Reactions: Like 3 | Winner 16 | Can relate 2


----------



## Paul33 (31/12/17)

Hooked said:


> I didn't know where to post this lol.
> 
> I'd just like wish all the wonderful peeps on this forum, the vendors and [USERGROUP=3]@Admins[/USERGROUP] a happy and peaceful New Year. May all your wishes come true in 2018.
> 
> ...


Agreed @Hooked!!

2017 would’ve sucked that much harder had it not been for this forum. 

Always a laugh, information being shared and a general lack of douchbaggery that other platforms seem to have. Everyone here just wants to help where they can and make this vaping journey of all of ours that much more enjoyable. 

Safe and happy New Years to all

Reactions: Like 9 | Agree 1


----------



## Room Fogger (31/12/17)

@Hooked @Paul33 , agree with the sentiment. It is nice to be part of something where everyone's only mission is to help, assist and share with regards to the vaping journey. 

Hope that 2018 will be exceptional and that we all will again selflessly share and build the community. May it be the year we have all been wishing for.

Reactions: Like 7 | Winner 2


----------



## Carnival (31/12/17)

Great post @Hooked 

Happy New Year to everyone!!!

Reactions: Like 7 | Dislike 1


----------



## Silver (31/12/17)

Thanks for the post @Hooked !
Wishing you all the very best for the year ahead and thanks for your involvement here!
You are right that we have a very special community here with lots of helpful members

Here's to an excellent 2018 ahead!

Reactions: Like 9


----------



## Jengz (31/12/17)

Well done to this entire team. This forum has helped me and I know it has also helped many others on their vaping journey!

Big props to all who are involved in the upkeep of this and here’s to a great 2018! When’s Vapecon 2018 again???

Reactions: Like 7 | Winner 1 | Thanks 1


----------



## Silver (31/12/17)

Jengz said:


> Well done to this entire team. This forum has helped me and I know it has also helped many others on their vaping journey!
> 
> Big props to all who are involved in the upkeep of this and here’s to a great 2018! When’s Vapecon 2018 again???



Thanks @Jengz - and thanks for your involvement here!
VaoeCon 2018 is coming, don't worry !
We hope to announce it soon...

Reactions: Like 4


----------



## Clouds4Days (31/12/17)

Happy 2018 everyone.
May everyone have a blessed year and i wish yous all the best for the New Year and many many vape mails...

Much love
The OG C4D

Reactions: Like 8


----------



## Petrus (31/12/17)

Happy 2018 [USERGROUP=3]@Admins[/USERGROUP], and ecigssa friends. Enjoying a great meal with my family.
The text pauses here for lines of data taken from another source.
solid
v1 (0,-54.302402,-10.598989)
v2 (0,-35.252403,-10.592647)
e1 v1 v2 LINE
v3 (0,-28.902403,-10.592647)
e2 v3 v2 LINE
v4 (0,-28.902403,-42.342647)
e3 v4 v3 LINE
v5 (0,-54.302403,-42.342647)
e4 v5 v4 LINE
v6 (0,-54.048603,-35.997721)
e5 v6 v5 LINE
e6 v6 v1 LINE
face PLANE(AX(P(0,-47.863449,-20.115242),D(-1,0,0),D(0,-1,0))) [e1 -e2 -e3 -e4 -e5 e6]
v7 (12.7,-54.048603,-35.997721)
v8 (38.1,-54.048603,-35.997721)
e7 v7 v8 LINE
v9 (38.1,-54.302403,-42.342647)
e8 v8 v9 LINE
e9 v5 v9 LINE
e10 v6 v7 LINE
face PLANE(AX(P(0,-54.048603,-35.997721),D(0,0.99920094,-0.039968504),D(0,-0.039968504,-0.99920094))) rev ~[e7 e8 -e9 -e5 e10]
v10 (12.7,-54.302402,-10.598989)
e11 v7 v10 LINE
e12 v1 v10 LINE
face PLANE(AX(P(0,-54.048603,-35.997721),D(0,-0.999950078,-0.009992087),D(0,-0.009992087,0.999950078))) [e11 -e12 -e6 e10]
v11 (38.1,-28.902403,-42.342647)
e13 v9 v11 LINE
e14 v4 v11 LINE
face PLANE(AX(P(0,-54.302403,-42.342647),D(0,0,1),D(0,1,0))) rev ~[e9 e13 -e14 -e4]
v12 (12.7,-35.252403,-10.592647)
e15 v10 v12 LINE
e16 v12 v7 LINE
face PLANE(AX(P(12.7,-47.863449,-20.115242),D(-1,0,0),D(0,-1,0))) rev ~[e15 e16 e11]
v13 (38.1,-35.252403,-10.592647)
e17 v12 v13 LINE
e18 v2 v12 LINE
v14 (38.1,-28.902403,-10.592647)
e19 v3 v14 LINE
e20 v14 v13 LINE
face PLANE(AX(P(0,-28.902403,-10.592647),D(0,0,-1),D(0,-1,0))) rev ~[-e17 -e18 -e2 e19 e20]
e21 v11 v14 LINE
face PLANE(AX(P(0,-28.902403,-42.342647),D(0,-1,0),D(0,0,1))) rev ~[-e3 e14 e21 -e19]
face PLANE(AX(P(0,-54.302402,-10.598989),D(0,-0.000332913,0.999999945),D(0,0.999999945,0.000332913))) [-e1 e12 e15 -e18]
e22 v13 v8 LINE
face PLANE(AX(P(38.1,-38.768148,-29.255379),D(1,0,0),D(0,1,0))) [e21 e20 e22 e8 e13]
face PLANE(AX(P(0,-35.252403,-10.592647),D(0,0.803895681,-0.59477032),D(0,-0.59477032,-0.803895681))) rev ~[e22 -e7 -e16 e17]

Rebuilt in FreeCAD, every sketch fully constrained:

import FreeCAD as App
import Part
import Sketcher

V = App.Vector
Q = App.Units.Quantity


def add_polygon(sketch, points):
    """Adds a closed chain of lines whose ends are joined by coincident constraints."""
    first, n = sketch.GeometryCount, len(points)
    for a, b in zip(points, points[1:] + points[:1]):
        sketch.addGeometry(Part.LineSegment(App.Vector(*a, 0), App.Vector(*b, 0)), False)
    for i in range(n):
        sketch.addConstraint(Sketcher.Constraint("Coincident", first + i, 2, first + (i + 1) % n, 1))

doc = App.newDocument("Part")
body = doc.addObject("PartDesign::Body", "Body")

# Sketch on YZ plane
sketch1 = doc.addObject("Sketcher::SketchObject", "Sketch")
body.addObject(sketch1)
sketch1.AttachmentSupport = (doc.YZ_Plane, [""])
sketch1.MapMode = "FlatFace"
add_polygon(sketch1, [(-54.048603, -35.997721), (-54.302403, -42.342647), (-28.902403, -42.342647), (-28.902403, -10.592647), (-35.252403, -10.592647)])  # lines 0-4
sketch1.addConstraint([
    Sketcher.Constraint("Horizontal", 1),
    Sketcher.Constraint("Vertical", 2),
    Sketcher.Constraint("Horizontal", 3),
    Sketcher.Constraint("DistanceX", 1, 1, 1, 2, Q("1 in")),
    Sketcher.Constraint("DistanceX", 3, 2, 3, 1, Q("0.25 in")),
    Sketcher.Constraint("DistanceY", 2, 1, 2, 2, Q("1.25 in")),
    Sketcher.Constraint("Distance", 0, Q("0.25 in")),
    Sketcher.Constraint("DistanceX", 0, 2, 4, 2, Q("0.2538 mm")),
    Sketcher.Constraint("DistanceY", 4, 2, -1, 1, Q("35.997721 mm")),
    Sketcher.Constraint("DistanceX", 0, 2, -1, 1, Q("54.302403 mm")),
])
pad1 = doc.addObject("PartDesign::Pad", "Pad")
body.addObject(pad1)
pad1.Profile = sketch1
pad1.Length = Q("1.5 in")

# Sketch on YZ plane
sketch2 = doc.addObject("Sketcher::SketchObject", "Sketch001")
body.addObject(sketch2)
sketch2.AttachmentSupport = (doc.YZ_Plane, [""])
sketch2.MapMode = "FlatFace"
add_polygon(sketch2, [(-54.302402, -10.598989), (-35.252403, -10.592647), (-54.048603, -35.997721)])  # lines 0-2
sketch2.addConstraint([
    Sketcher.Constraint("Distance", 2, Q("1 in")),
    Sketcher.Constraint("Distance", 0, Q("0.75 in")),
    Sketcher.Constraint("DistanceX", 1, 2, 0, 2, Q("18.7962 mm")),
    Sketcher.Constraint("Distance", 1, Q("31.602451 mm")),
    Sketcher.Constraint("DistanceY", 1, 2, -1, 1, Q("35.997721 mm")),
    Sketcher.Constraint("DistanceX", 0, 2, -1, 1, Q("35.252403 mm")),
])
pad2 = doc.addObject("PartDesign::Pad", "Pad001")
body.addObject(pad2)
pad2.Profile = sketch2
pad2.Length = Q("0.5 in")

doc.recompute()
Reactions: Like 10 | Winner 2


----------



## vicTor (31/12/17)

all the best for 2018 everyone !

Reactions: Like 7


----------



## RenaldoRheeder (31/12/17)

Make this a good one guys & Girls 


Sent by iDad's iPhone

Reactions: Like 8


----------



## Silver (31/12/17)

Here's to wishing everyone on the forum a great 2018. 

May you all have a great year and many happy vapes!!

Reactions: Like 8


----------



## Spyro (31/12/17)

New year's table check. 

Will send a lovely heartwarming message to all you wonderful people after my blood alcohol level improves. Happy 2018!

Reactions: Like 10


----------



## Rob Fisher (31/12/17)

Happy New all... 2017 was a great year for ECIGSSA and Stinky conversions! Let's make 2018 even better! Thanks to everyone on the forum who makes it a place we all wanna be!

Reactions: Like 9


----------



## Kuhlkatz (31/12/17)

Best wishes to the ECIGSSA family for 2018 

A big thanks to all of you guys & gals that contribute and make this forum a worthwhile cause and a special place to visit !

Reactions: Like 7


----------



## Raindance (31/12/17)

Yip, with about 3660 seconds of 2017 left, I wish to thank everyone involved and part of this great forum a prosperous and successful 2018. My, and many others lives would simply not be the same without you. 

All the best for 2018!

Reactions: Like 7 | Agree 1


----------



## Friep (31/12/17)

Happy new year to everyone on the forum and thank you for all the content and just being an awesome escape from life. May 2018 be blessed and prosperous for all.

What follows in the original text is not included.